Ayrıca darbe sonrası görevden almalarla zayıflayan bir orduyu Kuzey Suriye’ye gönderip ABD ile ittifak halinde olan Kürtlere saldırarak Türkiye’nin geleneksel Avrupa ve ABD ilişkilerini zayıflattı ve uluslararası arenada daha da yalnız kalmasını sağladı. Bu süreçte de tarih boyunca rakip olduğu Rusya ve İran’a bağımlı kalma riskini almış oldu. 

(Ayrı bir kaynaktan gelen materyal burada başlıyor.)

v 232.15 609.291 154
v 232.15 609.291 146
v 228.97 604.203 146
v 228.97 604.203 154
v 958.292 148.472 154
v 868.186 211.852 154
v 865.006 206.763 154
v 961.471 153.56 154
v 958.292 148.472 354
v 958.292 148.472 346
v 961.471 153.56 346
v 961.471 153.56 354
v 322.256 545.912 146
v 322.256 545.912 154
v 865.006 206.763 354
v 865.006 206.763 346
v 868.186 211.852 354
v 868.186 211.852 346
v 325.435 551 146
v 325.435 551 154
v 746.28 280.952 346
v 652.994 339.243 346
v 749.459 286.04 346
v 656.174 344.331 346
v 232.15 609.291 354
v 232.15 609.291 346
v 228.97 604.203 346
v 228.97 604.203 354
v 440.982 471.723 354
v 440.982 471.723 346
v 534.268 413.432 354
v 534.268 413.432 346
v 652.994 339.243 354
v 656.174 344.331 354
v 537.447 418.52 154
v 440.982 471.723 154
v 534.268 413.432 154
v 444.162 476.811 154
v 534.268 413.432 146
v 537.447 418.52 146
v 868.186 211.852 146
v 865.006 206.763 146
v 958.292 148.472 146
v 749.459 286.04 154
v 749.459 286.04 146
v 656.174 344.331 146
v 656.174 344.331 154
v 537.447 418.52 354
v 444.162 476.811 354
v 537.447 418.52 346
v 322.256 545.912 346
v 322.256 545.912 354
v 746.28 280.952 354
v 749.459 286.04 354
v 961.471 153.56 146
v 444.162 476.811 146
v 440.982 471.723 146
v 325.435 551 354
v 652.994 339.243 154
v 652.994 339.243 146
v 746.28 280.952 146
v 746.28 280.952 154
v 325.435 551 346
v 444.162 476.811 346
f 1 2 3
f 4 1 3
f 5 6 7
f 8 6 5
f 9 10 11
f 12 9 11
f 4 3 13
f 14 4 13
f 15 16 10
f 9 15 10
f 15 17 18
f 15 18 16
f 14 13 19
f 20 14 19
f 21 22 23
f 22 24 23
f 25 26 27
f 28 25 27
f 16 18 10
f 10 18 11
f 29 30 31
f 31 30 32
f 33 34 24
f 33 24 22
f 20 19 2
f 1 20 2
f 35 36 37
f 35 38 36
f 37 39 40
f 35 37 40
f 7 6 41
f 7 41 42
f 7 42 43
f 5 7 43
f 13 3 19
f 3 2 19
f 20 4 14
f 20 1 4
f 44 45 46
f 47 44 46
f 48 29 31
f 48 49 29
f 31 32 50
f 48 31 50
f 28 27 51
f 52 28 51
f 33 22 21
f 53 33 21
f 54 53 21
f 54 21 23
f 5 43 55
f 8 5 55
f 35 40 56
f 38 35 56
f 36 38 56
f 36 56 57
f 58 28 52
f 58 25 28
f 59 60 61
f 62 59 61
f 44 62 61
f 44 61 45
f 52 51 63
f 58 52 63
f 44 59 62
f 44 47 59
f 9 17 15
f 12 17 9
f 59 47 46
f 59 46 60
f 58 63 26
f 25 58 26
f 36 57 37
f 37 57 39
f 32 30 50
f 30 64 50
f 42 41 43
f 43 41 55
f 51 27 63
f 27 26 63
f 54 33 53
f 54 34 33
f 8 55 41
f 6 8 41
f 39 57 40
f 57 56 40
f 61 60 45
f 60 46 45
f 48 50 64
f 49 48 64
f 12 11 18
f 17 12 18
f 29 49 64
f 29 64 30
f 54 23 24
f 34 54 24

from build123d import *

# Parameters (mm, degrees)
S1_110X8X6_SCHEMATIC_START = 146
S1_110X8X6_SCHEMATIC_DEPTH = 8
S2_110X8X6_SCHEMATIC_START = 146
S2_110X8X6_SCHEMATIC_DEPTH = 8
S3_110X8X6_SCHEMATIC_START = 146
S3_110X8X6_SCHEMATIC_DEPTH = 8
S4_110X8X6_SCHEMATIC_START = 146
S4_110X8X6_SCHEMATIC_DEPTH = 8
S5_110X8X6_SCHEMATIC_START = 346
S5_110X8X6_SCHEMATIC_DEPTH = 8
S6_110X8X6_SCHEMATIC_START = 346
S6_110X8X6_SCHEMATIC_DEPTH = 8
S7_110X8X6_SCHEMATIC_START = 346
S7_110X8X6_SCHEMATIC_DEPTH = 8
S8_110X8X6_SCHEMATIC_START = 346
S8_110X8X6_SCHEMATIC_DEPTH = 8


with BuildPart() as part:
    # 草图1 → S1_110x8x6_SCHEMATIC (new body)
    with BuildSketch(Plane.XY.offset(S1_110X8X6_SCHEMATIC_START)):
        Polygon((228.970379508, 604.202695295), (322.255670085, 545.911576229), (325.43518567, 550.999864806), (232.149895093, 609.290983872), align=None)
    extrude(amount=S1_110X8X6_SCHEMATIC_DEPTH)


with BuildPart() as body_2:
    # 草图2 → S2_110x8x6_SCHEMATIC (new body)
    with BuildSketch(Plane.XY.offset(S2_110X8X6_SCHEMATIC_START)):
        Polygon((440.982403547, 471.722879236), (534.267694124, 413.431760171), (537.447209709, 418.520048748), (444.161919132, 476.811167813), align=None)
    extrude(amount=S2_110X8X6_SCHEMATIC_DEPTH)


with BuildPart() as body_3:
    # 草图3 → S3_110x8x6_SCHEMATIC (new body)
    with BuildSketch(Plane.XY.offset(S3_110X8X6_SCHEMATIC_START)):
        Polygon((652.994427586, 339.243063178), (746.279718163, 280.951944112), (749.459233748, 286.040232689), (656.173943171, 344.331351755), align=None)
    extrude(amount=S3_110X8X6_SCHEMATIC_DEPTH)


with BuildPart() as body_4:
    # 草图4 → S4_110x8x6_SCHEMATIC (new body)
    with BuildSketch(Plane.XY.offset(S4_110X8X6_SCHEMATIC_START)):
        Polygon((865.006451625, 206.76324712), (958.291742202, 148.472128054), (961.471257788, 153.560416631), (868.18596721, 211.851535697), align=None)
    extrude(amount=S4_110X8X6_SCHEMATIC_DEPTH)


with BuildPart() as body_5:
    # 草图5 → S5_110x8x6_SCHEMATIC (new body)
    with BuildSketch(Plane.XY.offset(S5_110X8X6_SCHEMATIC_START)):
        Polygon((228.970379508, 604.202695295), (322.255670085, 545.911576229), (325.43518567, 550.999864806), (232.149895093, 609.290983872), align=None)
    extrude(amount=S5_110X8X6_SCHEMATIC_DEPTH)


with BuildPart() as body_6:
    # 草图6 → S6_110x8x6_SCHEMATIC (new body)
    with BuildSketch(Plane.XY.offset(S6_110X8X6_SCHEMATIC_START)):
        Polygon((440.982403547, 471.722879236), (534.267694124, 413.431760171), (537.447209709, 418.520048748), (444.161919132, 476.811167813), align=None)
    extrude(amount=S6_110X8X6_SCHEMATIC_DEPTH)


with BuildPart() as body_7:
    # 草图7 → S7_110x8x6_SCHEMATIC (new body)
    with BuildSketch(Plane.XY.offset(S7_110X8X6_SCHEMATIC_START)):
        Polygon((652.994427586, 339.243063178), (746.279718163, 280.951944112), (749.459233748, 286.040232689), (656.173943171, 344.331351755), align=None)
    extrude(amount=S7_110X8X6_SCHEMATIC_DEPTH)


with BuildPart() as body_8:
    # 草图8 → S8_110x8x6_SCHEMATIC (new body)
    with BuildSketch(Plane.XY.offset(S8_110X8X6_SCHEMATIC_START)):
        Polygon((865.006451625, 206.76324712), (958.291742202, 148.472128054), (961.471257788, 153.560416631), (868.18596721, 211.851535697), align=None)
    extrude(amount=S8_110X8X6_SCHEMATIC_DEPTH)


solid = Compound([part.part, body_2.part, body_3.part, body_4.part, body_5.part, body_6.part, body_7.part, body_8.part])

"Demirtaş'ı terörist yanlısı görüyor"

Cumnhurbaşkanı’nın en önemli rakibi olan Muharrem İnce, on yıldan uzun bir süredir ilk defa halka hitap edebilen ciddi bir muhalefet lideri. Atatürk’ün mirası CHP kendini sosyal demokrat olarak yeniden konumlandırıyor. İnce aynı zamanda Erdoğan’ın söylemlerinin önüne geçmekte de çok başarılı. CHP’nin vaatleri güçler ayrılığını geri getirmek; Türklerle Kürtleri barıştırmak ve Avrupa başta olmak üzere ülkenin geleneksel müttefikleriyle yeniden ittifak kurmak. 

Dağınık muhalefet bir bakıma seçime birlikte giriyor. Bu durum Cumhurbaşkanlığı seçimini ikinci tura götürmek için yeterli olmayabilir ama mecliste çoğunluğu ele geçirebilir. Bu da tamamen solcu ve Kürt yanlısı HDP’nin meclise girebilmesine bağlı. Ankara HDP’yi terörist yanlısı olarak görüyor ve partinin başkanı dahil bir çok üyesi hapiste. 

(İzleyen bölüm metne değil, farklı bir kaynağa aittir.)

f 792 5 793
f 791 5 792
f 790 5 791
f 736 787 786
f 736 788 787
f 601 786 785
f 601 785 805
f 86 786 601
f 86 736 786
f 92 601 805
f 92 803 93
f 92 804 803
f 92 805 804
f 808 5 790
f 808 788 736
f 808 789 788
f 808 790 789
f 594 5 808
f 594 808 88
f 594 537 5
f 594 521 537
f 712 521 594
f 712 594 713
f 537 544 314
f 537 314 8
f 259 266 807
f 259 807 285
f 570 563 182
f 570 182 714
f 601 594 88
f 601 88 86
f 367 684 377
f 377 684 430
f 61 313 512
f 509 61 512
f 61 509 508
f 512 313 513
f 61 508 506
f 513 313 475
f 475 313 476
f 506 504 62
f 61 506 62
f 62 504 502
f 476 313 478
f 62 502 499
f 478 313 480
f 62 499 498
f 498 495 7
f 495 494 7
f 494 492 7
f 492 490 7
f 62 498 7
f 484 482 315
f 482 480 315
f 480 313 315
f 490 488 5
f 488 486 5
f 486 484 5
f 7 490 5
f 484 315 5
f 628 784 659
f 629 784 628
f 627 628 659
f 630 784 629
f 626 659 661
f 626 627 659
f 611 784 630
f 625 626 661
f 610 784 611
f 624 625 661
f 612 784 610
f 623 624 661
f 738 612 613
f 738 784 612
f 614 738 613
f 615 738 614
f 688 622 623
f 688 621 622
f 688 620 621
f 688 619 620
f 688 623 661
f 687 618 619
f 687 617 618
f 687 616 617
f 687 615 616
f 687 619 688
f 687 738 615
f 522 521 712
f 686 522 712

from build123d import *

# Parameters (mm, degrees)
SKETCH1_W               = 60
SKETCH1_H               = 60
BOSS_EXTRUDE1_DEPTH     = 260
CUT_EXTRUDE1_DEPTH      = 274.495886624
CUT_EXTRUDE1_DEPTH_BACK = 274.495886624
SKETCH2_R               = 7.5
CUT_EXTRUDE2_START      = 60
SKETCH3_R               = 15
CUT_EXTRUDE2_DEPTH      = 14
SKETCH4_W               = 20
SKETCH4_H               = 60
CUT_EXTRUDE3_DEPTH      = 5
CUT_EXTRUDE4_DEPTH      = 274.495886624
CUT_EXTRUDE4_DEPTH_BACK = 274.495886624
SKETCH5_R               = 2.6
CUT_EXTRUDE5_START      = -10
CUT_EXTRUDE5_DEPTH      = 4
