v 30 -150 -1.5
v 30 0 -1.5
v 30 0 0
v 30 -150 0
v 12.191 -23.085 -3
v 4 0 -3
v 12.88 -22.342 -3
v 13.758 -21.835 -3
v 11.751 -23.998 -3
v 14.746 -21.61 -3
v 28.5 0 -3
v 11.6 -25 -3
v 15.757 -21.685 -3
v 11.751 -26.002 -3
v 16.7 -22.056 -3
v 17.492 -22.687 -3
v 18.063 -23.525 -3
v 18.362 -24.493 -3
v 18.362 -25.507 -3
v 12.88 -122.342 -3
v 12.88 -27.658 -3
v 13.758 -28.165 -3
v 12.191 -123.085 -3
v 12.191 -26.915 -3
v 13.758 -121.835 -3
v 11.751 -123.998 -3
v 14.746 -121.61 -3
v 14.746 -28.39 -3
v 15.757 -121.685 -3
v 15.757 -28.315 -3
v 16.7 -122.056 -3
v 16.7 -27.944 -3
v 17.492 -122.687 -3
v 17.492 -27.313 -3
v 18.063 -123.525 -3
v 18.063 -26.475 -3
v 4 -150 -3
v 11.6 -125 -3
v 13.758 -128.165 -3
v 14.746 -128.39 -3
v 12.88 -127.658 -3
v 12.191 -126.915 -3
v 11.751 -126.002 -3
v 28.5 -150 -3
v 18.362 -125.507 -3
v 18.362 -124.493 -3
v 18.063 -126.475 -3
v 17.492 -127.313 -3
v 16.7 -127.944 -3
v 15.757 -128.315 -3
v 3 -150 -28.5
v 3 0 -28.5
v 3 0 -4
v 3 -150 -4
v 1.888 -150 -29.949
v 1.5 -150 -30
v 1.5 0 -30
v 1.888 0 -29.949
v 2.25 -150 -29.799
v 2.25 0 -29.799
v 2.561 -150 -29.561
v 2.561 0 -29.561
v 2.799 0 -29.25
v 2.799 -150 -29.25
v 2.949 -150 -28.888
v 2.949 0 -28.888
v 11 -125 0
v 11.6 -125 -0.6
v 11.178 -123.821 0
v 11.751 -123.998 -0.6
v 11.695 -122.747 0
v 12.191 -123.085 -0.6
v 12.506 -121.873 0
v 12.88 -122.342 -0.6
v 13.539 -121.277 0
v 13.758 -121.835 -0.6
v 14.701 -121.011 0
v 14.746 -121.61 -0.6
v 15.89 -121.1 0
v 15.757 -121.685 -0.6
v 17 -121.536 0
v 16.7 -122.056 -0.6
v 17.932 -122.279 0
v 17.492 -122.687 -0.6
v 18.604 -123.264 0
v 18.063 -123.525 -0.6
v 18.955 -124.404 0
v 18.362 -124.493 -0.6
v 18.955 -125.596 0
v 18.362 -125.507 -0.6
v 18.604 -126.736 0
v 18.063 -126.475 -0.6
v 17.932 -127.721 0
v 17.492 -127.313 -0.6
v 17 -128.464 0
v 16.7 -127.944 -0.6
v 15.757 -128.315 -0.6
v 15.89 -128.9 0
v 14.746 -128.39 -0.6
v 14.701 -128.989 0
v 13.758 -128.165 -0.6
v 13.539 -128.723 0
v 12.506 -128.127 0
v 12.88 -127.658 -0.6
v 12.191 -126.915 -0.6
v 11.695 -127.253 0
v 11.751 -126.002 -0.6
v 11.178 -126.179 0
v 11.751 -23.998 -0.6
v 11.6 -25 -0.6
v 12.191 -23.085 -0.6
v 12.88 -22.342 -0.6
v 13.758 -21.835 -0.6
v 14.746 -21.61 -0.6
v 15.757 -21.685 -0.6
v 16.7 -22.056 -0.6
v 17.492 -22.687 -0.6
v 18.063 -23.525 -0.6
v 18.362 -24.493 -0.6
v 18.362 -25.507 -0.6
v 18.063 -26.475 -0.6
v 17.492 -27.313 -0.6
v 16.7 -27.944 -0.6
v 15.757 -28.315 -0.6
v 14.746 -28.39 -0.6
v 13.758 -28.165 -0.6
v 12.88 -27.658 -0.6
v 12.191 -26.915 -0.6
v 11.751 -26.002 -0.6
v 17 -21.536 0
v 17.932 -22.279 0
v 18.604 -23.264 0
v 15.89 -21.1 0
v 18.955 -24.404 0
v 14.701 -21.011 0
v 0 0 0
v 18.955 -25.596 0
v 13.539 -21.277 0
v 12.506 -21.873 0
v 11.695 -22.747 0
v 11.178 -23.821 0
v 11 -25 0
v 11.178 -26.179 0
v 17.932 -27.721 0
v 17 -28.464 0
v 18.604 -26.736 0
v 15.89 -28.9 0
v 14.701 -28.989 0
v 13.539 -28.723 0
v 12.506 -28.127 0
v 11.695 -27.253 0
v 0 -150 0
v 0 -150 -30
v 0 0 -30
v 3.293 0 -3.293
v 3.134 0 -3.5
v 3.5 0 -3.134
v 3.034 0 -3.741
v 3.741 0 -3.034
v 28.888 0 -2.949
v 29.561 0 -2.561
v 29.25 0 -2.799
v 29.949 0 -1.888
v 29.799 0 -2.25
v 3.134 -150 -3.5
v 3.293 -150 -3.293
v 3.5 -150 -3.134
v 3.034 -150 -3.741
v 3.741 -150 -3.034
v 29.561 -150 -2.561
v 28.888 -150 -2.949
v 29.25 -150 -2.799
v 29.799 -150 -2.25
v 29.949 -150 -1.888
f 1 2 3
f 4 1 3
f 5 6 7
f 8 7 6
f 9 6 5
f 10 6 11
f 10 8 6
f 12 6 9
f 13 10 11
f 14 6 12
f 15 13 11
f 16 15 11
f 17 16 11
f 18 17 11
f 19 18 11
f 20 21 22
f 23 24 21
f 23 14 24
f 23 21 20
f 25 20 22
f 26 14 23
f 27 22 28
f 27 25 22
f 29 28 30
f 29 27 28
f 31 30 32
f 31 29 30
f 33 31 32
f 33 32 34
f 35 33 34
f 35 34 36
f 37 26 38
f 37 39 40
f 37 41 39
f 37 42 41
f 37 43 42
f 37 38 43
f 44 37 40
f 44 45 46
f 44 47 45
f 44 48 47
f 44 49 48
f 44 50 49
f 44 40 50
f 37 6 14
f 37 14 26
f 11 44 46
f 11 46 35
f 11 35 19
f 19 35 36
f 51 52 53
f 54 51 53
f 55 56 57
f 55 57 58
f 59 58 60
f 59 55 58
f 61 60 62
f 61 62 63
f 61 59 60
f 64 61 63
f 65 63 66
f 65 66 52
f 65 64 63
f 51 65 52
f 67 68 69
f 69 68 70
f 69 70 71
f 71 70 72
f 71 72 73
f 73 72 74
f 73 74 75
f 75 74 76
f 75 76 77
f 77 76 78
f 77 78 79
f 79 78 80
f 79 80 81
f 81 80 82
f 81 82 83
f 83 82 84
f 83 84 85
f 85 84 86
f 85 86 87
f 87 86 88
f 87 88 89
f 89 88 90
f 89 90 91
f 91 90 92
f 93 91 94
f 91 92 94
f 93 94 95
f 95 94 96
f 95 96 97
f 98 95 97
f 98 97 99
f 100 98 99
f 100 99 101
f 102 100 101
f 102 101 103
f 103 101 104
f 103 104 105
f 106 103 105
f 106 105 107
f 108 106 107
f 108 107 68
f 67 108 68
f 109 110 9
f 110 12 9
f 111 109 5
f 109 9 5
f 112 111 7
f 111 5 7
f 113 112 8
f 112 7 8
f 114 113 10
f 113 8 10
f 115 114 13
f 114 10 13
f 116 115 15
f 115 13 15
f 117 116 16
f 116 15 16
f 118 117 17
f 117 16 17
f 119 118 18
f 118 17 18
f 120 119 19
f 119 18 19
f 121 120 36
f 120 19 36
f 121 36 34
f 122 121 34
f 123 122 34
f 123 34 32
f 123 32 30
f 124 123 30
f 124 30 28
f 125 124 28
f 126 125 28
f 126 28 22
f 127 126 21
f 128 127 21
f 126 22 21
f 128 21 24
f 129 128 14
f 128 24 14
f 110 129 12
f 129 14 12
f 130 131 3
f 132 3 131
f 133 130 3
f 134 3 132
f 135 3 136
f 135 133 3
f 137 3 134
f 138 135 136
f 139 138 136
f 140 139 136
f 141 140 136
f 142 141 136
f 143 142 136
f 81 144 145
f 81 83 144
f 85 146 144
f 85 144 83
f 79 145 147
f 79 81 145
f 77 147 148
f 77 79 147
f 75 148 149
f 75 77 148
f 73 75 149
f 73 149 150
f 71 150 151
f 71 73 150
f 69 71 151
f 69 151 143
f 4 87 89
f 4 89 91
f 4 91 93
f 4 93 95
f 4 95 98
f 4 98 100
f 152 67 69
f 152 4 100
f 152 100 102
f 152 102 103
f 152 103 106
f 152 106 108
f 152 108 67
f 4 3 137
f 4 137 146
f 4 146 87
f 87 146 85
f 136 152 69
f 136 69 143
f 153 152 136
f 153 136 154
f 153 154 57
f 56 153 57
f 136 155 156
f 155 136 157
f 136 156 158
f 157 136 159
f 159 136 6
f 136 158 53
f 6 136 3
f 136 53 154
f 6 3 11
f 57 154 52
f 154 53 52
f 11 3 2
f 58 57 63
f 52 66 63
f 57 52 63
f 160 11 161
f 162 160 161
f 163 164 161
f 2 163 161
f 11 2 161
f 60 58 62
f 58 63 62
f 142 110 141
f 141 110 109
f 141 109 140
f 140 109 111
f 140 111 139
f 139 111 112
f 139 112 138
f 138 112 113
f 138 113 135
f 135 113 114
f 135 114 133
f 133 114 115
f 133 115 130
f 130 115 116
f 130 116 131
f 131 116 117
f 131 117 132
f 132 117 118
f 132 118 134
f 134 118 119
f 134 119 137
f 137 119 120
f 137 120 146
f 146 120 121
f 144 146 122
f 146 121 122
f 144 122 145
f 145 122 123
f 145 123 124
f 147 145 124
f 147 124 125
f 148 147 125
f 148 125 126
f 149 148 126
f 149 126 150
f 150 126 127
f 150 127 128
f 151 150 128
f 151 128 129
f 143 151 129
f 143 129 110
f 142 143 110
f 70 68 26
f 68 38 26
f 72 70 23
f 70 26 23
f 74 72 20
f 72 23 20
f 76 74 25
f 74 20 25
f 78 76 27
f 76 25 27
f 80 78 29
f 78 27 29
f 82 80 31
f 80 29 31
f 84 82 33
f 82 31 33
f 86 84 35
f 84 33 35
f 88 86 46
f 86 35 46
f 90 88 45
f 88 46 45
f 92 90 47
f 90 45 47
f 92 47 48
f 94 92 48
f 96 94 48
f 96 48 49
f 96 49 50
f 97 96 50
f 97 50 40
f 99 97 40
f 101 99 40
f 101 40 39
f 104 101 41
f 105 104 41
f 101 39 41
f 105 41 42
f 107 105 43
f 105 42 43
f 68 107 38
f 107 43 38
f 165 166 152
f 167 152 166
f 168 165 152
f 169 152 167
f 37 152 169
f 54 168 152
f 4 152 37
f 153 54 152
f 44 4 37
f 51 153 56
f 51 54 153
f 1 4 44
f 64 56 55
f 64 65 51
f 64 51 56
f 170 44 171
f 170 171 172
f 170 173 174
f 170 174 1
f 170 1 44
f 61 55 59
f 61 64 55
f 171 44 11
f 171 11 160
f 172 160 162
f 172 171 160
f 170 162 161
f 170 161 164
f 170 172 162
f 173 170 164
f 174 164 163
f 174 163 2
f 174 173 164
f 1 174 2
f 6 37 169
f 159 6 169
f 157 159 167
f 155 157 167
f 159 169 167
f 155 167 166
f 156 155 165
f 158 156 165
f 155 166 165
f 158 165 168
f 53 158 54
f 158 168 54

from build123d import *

# Parameters (mm, degrees)
F4_D           = 6.8
F4_DEPTH       = 5
F4_CSINK_D     = 8
F4_CSINK_ANGLE = 90


with BuildPart() as f2:
    # F2: sweep along a path in F1
    with BuildLine(Plane.YZ) as f2_path:
        Line((0, 0), (-150, 0))
    # F0 (on Front) → F2 (sweep)
    with BuildSketch(Plane.XZ):
        with BuildLine():
            Line((30, 0), (0, 0))
            Line((0, 0), (0, -30))
            Line((0, -30), (1.5, -30))
            ThreePointArc((1.5, -30), (2.56066, -29.56066), (3, -28.5))
            Line((3, -28.5), (3, -4))
            ThreePointArc((3, -4), (3.292893, -3.292893), (4, -3))
            Line((4, -3), (28.5, -3))
            ThreePointArc((28.5, -3), (29.56066, -2.56066), (30, -1.5))
            Line((30, -1.5), (30, 0))
        make_face()
    sweep(path=f2_path.line)

    # F4
    with Locations(Plane.XY):
        with Locations((15, -125), (15, -25)):
            CounterSinkHole(F4_D / 2, F4_CSINK_D / 2, depth=F4_DEPTH, counter_sink_angle=F4_CSINK_ANGLE)


solid = f2.part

"Erdoğan daha az kişiye konuşuyor"

Her zamanki mücadeleci kişiliğiyle Erdoğan olağanüstü bir kampanyacı ama bu kez şehirlerde daha az kişiye konuşuyor. Son referandumda İstanbul, Ankara ve İzmir dahil olmak üzere Türkiye’nin ekonomisinin yüzde 65’ini üreten 20 büyük şehrin 13’ünde kaybetti. Buna cevap olarak AKP’nin Sünni, Türkçü ve İslamcı tutumunu sertleştirdi ve yeni-Osmanlıcılığı yaymaya yöneldi. Bu da “ötekileştirilen” Şii Aleviler ve Kürtler gibi azınlıkların HDP ve CHP’ye yönelmesine sebep oldu. 

Kavgacı ve paranoyak kişiliği Erdoğan’ı zaman zaman komplo teorileriyle uğraşmaya ve bu nedenle de Türkiye’ye zarar vererek muhalif partilerin lideri gibi davranmaya itiyor. Kaçınılmaz gerçek şu ki ülkenin yarısı hayatlarının her alanına karışılmasından ve toplum düzeninin kökten değiştirilmesinden hoşnut değil. Pazar günü seçmenler sandığa gidecek ve bu tarihi önem taşıyan seçimde kararlarını verecekler.